-- PROBLEM TO WORK ON --
The expected answer is the set of lines in the data below between the line holding "#47=CARTESIAN_POINT('',(-0.138015,-7.25,0.138015));" and the line holding "#82=CARTESIAN_POINT('',(-0.32,1.65,0.32));", inclusive, written out exactly.

(Beginning of INFORMATION SUPPLIED)

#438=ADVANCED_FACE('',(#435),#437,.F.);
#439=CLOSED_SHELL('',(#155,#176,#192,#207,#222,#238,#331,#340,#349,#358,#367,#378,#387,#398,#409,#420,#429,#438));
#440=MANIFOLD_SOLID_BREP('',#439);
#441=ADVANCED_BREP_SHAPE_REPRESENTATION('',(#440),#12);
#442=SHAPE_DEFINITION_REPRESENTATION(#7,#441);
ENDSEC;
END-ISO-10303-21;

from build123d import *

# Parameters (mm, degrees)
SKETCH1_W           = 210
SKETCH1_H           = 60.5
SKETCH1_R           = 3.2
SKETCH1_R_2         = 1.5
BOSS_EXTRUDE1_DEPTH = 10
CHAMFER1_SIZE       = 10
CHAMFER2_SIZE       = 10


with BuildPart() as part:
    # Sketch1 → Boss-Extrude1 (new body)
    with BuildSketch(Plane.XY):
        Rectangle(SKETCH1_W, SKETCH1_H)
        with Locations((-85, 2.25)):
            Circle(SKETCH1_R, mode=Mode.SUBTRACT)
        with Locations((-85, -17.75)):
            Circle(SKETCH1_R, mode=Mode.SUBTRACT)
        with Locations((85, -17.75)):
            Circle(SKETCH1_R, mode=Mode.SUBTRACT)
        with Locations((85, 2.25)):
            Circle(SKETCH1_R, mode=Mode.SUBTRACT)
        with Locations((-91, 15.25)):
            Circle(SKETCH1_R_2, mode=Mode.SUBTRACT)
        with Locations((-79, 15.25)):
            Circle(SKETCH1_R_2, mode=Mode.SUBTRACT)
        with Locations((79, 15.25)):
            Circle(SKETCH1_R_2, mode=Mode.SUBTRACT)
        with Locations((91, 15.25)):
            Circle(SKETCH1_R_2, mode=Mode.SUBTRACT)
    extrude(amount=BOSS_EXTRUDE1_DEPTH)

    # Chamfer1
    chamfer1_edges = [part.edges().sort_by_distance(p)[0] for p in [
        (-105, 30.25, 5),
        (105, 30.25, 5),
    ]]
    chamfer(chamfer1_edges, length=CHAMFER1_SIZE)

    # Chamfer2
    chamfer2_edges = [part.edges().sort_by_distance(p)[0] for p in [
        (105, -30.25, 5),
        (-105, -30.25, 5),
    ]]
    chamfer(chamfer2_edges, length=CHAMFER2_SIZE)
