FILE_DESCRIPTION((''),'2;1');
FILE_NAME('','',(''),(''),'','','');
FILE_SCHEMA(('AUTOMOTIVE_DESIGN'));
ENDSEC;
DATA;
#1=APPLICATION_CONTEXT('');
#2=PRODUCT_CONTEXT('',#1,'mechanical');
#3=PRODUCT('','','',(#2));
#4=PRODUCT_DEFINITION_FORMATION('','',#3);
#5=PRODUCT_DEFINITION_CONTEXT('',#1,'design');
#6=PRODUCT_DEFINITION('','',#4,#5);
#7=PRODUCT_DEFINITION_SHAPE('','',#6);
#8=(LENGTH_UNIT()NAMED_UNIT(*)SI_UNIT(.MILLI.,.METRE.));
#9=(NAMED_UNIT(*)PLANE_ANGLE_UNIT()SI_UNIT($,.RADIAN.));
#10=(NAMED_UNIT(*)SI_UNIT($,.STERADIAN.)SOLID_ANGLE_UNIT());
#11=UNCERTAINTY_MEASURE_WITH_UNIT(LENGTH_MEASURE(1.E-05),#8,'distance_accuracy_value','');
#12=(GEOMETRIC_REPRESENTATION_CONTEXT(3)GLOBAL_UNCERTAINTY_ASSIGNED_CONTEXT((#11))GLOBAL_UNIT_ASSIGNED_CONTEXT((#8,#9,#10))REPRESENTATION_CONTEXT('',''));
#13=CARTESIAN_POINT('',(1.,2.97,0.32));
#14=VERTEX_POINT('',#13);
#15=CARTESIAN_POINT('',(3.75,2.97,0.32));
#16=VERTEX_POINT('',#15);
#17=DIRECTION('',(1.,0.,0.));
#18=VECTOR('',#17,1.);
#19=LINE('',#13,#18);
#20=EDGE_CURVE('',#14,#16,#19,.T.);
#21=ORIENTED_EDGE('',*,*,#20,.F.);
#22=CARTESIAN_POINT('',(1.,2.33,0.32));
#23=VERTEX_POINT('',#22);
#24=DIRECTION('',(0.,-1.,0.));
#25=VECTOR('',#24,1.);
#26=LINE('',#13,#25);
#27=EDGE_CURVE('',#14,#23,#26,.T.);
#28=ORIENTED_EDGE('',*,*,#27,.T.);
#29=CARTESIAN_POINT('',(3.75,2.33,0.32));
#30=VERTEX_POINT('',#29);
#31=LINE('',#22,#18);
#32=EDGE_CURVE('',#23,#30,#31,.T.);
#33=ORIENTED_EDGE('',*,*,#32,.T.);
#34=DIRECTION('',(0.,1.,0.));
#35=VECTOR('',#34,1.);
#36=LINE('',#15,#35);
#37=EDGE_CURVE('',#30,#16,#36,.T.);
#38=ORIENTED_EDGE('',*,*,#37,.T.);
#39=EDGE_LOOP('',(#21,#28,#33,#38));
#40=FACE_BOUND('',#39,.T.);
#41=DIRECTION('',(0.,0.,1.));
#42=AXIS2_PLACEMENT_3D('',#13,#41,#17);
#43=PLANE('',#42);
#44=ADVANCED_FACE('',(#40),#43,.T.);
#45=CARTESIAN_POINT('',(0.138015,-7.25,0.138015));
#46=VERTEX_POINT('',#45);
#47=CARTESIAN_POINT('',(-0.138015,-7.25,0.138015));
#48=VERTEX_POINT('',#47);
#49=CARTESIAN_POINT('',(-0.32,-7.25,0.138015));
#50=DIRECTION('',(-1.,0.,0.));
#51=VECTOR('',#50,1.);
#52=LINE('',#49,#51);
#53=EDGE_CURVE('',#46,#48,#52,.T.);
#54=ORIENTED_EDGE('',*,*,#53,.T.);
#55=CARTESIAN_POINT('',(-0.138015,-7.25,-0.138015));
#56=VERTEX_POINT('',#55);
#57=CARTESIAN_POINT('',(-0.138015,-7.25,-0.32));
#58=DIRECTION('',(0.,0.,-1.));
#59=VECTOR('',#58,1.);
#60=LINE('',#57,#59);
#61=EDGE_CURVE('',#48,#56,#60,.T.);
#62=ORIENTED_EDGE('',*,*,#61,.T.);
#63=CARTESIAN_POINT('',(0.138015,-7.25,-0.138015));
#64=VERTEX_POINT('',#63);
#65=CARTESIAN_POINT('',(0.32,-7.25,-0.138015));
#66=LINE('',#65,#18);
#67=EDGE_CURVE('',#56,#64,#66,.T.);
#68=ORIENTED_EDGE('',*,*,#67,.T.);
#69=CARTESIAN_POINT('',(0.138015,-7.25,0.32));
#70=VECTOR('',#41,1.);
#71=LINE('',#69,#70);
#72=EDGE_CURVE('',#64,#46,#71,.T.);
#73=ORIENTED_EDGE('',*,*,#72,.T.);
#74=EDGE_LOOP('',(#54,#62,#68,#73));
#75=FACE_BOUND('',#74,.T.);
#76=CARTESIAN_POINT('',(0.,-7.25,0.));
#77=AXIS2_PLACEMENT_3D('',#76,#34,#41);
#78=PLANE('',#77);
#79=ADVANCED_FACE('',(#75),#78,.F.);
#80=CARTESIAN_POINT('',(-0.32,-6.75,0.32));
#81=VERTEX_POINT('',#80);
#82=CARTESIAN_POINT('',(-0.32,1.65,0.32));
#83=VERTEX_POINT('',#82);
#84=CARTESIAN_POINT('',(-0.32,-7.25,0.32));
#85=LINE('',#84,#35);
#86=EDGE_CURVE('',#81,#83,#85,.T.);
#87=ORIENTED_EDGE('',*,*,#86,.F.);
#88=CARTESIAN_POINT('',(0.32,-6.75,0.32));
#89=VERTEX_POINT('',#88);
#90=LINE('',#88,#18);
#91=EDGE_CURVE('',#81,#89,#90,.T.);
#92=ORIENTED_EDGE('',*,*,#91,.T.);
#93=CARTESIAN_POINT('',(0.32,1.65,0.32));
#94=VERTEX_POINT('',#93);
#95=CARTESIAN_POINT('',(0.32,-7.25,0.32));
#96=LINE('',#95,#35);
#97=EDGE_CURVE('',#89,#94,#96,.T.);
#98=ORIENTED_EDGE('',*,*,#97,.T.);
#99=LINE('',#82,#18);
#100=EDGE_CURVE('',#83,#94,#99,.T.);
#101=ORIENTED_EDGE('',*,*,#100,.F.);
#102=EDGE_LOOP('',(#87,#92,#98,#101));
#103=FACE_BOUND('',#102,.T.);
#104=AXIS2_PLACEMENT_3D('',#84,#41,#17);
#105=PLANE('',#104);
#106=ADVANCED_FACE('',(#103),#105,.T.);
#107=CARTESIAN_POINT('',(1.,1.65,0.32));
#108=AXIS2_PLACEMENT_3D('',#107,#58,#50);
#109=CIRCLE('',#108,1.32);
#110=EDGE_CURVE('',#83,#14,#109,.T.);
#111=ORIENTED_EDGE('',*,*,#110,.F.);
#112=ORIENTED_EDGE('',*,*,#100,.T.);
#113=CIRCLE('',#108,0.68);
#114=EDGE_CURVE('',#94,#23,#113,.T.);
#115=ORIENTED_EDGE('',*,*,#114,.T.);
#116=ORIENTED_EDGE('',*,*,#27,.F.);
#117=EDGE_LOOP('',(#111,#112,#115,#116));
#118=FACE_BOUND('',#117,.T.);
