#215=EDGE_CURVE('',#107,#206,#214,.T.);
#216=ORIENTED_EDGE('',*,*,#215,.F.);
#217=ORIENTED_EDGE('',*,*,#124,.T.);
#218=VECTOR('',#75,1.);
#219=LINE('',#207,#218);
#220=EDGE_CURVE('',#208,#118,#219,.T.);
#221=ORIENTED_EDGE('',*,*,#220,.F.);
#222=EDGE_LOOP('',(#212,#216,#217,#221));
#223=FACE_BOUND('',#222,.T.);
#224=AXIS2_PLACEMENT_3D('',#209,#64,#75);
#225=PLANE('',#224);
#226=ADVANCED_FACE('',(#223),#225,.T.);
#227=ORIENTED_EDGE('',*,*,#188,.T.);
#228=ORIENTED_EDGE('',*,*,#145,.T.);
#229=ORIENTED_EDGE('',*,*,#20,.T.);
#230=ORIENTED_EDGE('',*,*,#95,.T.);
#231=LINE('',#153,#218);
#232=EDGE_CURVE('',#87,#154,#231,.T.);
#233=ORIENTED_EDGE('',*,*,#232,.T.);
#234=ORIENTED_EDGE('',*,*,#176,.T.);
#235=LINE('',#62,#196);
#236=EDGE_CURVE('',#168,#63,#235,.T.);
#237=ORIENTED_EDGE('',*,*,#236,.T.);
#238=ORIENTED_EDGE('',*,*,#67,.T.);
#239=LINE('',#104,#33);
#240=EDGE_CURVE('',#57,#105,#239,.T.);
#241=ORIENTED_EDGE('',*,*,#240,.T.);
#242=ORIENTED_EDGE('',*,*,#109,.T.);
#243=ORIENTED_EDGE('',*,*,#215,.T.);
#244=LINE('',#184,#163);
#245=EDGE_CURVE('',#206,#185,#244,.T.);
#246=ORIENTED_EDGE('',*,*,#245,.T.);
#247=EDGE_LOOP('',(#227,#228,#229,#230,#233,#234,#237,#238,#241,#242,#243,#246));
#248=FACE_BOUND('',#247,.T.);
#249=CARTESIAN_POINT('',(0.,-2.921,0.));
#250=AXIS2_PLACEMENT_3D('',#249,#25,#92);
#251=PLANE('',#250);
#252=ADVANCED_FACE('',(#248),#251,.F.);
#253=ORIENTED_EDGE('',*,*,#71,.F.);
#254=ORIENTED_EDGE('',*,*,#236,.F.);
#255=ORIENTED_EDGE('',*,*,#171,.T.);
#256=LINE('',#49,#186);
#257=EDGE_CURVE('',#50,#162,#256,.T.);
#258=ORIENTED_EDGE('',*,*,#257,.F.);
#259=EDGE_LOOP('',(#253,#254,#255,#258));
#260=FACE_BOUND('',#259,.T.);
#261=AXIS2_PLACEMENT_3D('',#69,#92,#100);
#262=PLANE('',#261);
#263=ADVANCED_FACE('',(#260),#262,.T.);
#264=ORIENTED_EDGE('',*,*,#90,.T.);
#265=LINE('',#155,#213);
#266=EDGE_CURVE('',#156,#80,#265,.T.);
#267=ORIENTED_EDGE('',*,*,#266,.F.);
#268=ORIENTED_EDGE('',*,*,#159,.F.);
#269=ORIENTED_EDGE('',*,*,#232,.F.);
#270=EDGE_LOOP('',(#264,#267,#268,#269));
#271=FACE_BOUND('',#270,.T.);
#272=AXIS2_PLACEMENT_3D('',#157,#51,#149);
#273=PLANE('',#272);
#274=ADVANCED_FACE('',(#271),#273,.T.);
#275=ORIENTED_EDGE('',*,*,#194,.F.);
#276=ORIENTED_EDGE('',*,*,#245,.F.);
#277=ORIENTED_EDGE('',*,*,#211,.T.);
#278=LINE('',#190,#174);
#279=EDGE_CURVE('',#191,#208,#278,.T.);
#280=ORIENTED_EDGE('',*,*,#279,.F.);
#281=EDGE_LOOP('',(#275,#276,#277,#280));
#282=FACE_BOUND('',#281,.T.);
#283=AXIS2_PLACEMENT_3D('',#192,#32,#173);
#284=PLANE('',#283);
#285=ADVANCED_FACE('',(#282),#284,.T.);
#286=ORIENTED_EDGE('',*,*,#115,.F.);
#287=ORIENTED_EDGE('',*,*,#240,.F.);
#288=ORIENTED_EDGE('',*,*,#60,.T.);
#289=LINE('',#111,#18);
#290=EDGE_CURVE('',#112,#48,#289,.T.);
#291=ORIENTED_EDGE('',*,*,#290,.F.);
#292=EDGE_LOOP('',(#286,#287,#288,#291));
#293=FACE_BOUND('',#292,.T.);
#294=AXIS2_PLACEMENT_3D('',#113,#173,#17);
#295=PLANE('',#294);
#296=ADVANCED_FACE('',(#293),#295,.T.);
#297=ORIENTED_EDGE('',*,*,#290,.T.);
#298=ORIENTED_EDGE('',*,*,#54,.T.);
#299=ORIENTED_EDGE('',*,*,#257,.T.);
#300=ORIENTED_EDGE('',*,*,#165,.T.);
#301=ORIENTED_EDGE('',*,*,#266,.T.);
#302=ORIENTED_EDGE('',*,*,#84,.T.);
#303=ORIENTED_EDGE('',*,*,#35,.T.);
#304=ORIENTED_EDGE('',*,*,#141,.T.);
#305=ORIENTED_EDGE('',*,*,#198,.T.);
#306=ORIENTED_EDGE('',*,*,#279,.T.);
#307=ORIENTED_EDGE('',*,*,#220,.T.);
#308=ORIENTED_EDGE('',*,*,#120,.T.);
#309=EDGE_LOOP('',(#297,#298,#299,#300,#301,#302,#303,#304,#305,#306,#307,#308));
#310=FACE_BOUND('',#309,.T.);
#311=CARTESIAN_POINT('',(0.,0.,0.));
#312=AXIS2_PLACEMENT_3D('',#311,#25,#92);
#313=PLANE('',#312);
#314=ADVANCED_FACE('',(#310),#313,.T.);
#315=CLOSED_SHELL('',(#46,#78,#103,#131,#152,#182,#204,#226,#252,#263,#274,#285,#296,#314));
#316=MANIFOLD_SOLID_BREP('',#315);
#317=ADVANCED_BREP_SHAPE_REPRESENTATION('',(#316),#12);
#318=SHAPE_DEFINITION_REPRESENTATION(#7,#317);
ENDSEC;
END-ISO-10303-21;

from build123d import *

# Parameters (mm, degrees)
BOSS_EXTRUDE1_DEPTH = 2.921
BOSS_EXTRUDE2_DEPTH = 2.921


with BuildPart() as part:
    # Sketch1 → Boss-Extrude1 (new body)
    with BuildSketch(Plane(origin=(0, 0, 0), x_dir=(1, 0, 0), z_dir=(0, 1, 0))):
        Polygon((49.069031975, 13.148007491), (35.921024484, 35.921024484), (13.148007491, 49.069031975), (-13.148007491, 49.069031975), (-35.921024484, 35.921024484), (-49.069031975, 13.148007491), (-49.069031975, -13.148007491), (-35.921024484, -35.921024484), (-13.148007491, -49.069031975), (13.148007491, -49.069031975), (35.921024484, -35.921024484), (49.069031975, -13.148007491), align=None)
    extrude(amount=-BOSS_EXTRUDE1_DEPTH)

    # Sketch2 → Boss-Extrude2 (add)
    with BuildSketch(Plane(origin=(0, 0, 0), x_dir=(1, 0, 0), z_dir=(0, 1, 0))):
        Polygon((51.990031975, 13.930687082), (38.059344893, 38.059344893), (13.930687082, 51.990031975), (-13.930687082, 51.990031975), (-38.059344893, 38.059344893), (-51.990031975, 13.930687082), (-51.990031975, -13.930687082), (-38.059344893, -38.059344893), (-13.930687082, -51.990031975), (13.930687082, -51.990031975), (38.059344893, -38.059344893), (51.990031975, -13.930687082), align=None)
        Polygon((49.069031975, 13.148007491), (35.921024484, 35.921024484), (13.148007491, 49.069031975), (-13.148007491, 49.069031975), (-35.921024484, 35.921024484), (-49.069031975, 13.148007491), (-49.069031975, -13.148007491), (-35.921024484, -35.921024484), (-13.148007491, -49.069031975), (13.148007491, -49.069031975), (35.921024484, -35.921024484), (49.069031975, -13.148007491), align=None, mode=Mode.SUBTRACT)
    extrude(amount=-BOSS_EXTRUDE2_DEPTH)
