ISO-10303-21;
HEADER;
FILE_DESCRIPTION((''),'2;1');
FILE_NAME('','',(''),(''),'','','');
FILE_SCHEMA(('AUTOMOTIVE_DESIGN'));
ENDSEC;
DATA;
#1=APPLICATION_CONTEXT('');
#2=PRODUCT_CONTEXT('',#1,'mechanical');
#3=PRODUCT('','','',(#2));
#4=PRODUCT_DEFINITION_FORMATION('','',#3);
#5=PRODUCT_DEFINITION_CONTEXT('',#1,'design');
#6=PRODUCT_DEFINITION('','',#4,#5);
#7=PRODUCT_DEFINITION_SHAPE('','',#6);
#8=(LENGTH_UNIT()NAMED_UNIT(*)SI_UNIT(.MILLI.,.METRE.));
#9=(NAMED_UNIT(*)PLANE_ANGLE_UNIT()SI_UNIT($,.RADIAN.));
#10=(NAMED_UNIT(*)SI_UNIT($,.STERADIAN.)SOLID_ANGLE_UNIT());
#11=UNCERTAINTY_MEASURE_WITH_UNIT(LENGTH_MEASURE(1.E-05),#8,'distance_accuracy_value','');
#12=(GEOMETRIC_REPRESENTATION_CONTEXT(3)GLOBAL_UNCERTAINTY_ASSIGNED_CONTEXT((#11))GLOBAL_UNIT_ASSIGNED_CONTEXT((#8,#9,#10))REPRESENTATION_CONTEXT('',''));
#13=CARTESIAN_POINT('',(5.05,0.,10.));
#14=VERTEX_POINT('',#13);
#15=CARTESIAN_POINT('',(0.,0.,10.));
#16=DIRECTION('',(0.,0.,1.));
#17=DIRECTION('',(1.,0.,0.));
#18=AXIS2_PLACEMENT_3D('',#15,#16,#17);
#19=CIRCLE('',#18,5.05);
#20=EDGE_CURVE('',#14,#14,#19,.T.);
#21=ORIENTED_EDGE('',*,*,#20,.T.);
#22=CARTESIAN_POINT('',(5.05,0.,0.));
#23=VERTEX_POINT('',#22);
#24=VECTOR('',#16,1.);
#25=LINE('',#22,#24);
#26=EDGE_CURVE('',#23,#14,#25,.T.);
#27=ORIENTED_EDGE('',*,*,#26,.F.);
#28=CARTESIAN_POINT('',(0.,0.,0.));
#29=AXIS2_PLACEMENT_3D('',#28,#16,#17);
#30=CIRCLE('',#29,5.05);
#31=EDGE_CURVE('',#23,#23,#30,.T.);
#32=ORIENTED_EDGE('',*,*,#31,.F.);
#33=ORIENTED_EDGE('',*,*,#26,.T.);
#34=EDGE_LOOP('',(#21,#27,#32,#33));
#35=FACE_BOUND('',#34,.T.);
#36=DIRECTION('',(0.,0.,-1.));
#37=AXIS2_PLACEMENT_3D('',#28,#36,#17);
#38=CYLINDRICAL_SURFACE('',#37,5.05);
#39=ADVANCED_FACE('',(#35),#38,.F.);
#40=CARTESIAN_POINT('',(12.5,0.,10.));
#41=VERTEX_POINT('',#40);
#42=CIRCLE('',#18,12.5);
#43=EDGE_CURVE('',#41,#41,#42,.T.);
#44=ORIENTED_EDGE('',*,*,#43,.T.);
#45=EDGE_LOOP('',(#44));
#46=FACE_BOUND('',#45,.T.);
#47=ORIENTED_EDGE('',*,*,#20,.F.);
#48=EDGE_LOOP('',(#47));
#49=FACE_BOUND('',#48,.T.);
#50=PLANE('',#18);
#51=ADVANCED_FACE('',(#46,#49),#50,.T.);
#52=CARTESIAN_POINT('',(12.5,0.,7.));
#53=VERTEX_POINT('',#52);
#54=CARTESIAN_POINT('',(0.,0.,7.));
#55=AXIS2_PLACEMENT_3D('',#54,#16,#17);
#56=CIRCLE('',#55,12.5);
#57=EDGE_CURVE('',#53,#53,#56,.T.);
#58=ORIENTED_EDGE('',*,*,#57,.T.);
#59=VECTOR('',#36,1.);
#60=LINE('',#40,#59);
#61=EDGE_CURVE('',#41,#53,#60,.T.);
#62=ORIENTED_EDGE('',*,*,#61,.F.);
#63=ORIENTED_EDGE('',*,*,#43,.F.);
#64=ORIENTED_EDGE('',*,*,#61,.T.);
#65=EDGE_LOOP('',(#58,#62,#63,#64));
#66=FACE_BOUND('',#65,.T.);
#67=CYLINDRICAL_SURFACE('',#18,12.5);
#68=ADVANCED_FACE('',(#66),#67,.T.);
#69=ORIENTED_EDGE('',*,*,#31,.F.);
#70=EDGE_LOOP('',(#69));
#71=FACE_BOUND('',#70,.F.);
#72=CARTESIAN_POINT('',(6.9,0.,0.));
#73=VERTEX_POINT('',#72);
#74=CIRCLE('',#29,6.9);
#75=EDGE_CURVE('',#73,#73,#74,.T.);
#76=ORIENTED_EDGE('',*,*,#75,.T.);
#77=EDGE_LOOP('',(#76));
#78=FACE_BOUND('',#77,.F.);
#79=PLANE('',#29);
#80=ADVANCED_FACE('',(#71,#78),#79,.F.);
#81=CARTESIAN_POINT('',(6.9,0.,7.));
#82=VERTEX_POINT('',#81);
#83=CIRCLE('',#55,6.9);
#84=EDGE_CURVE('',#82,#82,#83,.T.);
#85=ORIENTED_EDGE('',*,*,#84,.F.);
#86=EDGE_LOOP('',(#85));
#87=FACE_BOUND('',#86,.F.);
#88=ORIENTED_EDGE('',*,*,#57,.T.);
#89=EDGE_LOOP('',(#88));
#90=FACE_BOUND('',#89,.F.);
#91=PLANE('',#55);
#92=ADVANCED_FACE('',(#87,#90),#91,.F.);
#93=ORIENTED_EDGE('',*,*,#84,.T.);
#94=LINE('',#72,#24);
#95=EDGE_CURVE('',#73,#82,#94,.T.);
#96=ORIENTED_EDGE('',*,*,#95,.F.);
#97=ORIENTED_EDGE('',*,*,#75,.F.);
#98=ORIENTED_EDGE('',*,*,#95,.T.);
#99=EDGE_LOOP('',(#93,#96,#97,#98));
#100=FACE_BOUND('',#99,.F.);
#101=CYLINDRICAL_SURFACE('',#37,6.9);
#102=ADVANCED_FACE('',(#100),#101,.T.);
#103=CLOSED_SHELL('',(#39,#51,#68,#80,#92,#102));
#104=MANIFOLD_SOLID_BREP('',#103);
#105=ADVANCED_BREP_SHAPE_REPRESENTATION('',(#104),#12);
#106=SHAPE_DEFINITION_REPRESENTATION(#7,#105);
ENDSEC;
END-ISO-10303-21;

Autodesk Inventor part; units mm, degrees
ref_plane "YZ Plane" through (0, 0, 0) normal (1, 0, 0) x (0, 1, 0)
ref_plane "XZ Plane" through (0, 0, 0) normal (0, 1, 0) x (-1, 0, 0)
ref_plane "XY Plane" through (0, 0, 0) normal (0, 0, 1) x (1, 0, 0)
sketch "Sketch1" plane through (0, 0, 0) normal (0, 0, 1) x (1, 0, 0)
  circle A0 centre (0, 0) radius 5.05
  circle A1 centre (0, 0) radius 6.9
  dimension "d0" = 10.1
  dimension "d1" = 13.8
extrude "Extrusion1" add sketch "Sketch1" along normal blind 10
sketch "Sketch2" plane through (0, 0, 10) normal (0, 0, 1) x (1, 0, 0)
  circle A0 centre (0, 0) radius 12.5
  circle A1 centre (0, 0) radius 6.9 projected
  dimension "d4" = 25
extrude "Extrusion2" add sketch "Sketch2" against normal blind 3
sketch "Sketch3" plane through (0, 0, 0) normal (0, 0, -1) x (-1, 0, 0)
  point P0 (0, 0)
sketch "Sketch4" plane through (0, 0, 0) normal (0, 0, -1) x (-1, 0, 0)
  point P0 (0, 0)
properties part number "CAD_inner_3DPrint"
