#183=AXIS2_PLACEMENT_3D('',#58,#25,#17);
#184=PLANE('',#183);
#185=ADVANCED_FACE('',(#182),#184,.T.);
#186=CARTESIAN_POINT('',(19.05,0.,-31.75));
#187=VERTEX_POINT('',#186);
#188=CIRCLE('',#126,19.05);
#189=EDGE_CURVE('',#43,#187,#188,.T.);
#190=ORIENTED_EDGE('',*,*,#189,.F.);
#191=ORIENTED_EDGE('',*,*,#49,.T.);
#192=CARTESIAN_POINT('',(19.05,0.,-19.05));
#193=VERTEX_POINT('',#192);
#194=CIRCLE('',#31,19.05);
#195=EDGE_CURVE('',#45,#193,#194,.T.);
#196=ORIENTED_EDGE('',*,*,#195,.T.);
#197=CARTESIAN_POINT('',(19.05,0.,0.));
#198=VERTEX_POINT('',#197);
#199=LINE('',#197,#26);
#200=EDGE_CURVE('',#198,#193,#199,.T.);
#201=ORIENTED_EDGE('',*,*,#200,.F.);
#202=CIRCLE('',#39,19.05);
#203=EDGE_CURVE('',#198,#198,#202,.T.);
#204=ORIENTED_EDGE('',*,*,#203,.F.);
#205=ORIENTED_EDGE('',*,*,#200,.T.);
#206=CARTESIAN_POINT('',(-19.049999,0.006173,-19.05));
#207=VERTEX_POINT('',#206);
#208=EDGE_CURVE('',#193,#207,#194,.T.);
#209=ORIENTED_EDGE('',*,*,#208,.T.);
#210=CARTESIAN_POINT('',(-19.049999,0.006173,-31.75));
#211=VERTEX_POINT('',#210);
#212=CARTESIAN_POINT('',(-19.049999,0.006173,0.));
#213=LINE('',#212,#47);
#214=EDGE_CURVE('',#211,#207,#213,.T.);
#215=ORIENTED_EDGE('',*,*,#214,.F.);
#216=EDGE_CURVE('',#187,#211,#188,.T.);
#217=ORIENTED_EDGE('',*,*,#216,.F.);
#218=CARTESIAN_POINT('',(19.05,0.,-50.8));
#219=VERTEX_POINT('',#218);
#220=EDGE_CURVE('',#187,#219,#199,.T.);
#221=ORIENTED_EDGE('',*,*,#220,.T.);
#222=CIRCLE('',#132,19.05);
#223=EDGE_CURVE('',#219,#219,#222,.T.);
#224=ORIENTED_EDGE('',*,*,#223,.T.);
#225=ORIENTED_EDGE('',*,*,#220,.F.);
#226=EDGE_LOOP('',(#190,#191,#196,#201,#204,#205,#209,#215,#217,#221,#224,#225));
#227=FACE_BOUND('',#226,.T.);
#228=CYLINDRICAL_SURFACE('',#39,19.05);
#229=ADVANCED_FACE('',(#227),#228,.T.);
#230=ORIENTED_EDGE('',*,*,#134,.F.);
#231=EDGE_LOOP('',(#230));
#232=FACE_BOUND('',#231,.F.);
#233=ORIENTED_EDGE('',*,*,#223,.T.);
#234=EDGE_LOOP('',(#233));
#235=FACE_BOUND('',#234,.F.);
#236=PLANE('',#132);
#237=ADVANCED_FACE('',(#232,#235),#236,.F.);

(End of INFORMATION SUPPLIED)

-- REPLY --
#47=CARTESIAN_POINT('',(-0.138015,-7.25,0.138015));
#48=VERTEX_POINT('',#47);
#49=CARTESIAN_POINT('',(-0.32,-7.25,0.138015));
#50=DIRECTION('',(-1.,0.,0.));
#51=VECTOR('',#50,1.);
#52=LINE('',#49,#51);
#53=EDGE_CURVE('',#46,#48,#52,.T.);
#54=ORIENTED_EDGE('',*,*,#53,.T.);
#55=CARTESIAN_POINT('',(-0.138015,-7.25,-0.138015));
#56=VERTEX_POINT('',#55);
#57=CARTESIAN_POINT('',(-0.138015,-7.25,-0.32));
#58=DIRECTION('',(0.,0.,-1.));
#59=VECTOR('',#58,1.);
#60=LINE('',#57,#59);
#61=EDGE_CURVE('',#48,#56,#60,.T.);
#62=ORIENTED_EDGE('',*,*,#61,.T.);
#63=CARTESIAN_POINT('',(0.138015,-7.25,-0.138015));
#64=VERTEX_POINT('',#63);
#65=CARTESIAN_POINT('',(0.32,-7.25,-0.138015));
#66=LINE('',#65,#18);
#67=EDGE_CURVE('',#56,#64,#66,.T.);
#68=ORIENTED_EDGE('',*,*,#67,.T.);
#69=CARTESIAN_POINT('',(0.138015,-7.25,0.32));
#70=VECTOR('',#41,1.);
#71=LINE('',#69,#70);
#72=EDGE_CURVE('',#64,#46,#71,.T.);
#73=ORIENTED_EDGE('',*,*,#72,.T.);
#74=EDGE_LOOP('',(#54,#62,#68,#73));
#75=FACE_BOUND('',#74,.T.);
#76=CARTESIAN_POINT('',(0.,-7.25,0.));
#77=AXIS2_PLACEMENT_3D('',#76,#34,#41);
#78=PLANE('',#77);
#79=ADVANCED_FACE('',(#75),#78,.F.);
#80=CARTESIAN_POINT('',(-0.32,-6.75,0.32));
#81=VERTEX_POINT('',#80);
#82=CARTESIAN_POINT('',(-0.32,1.65,0.32));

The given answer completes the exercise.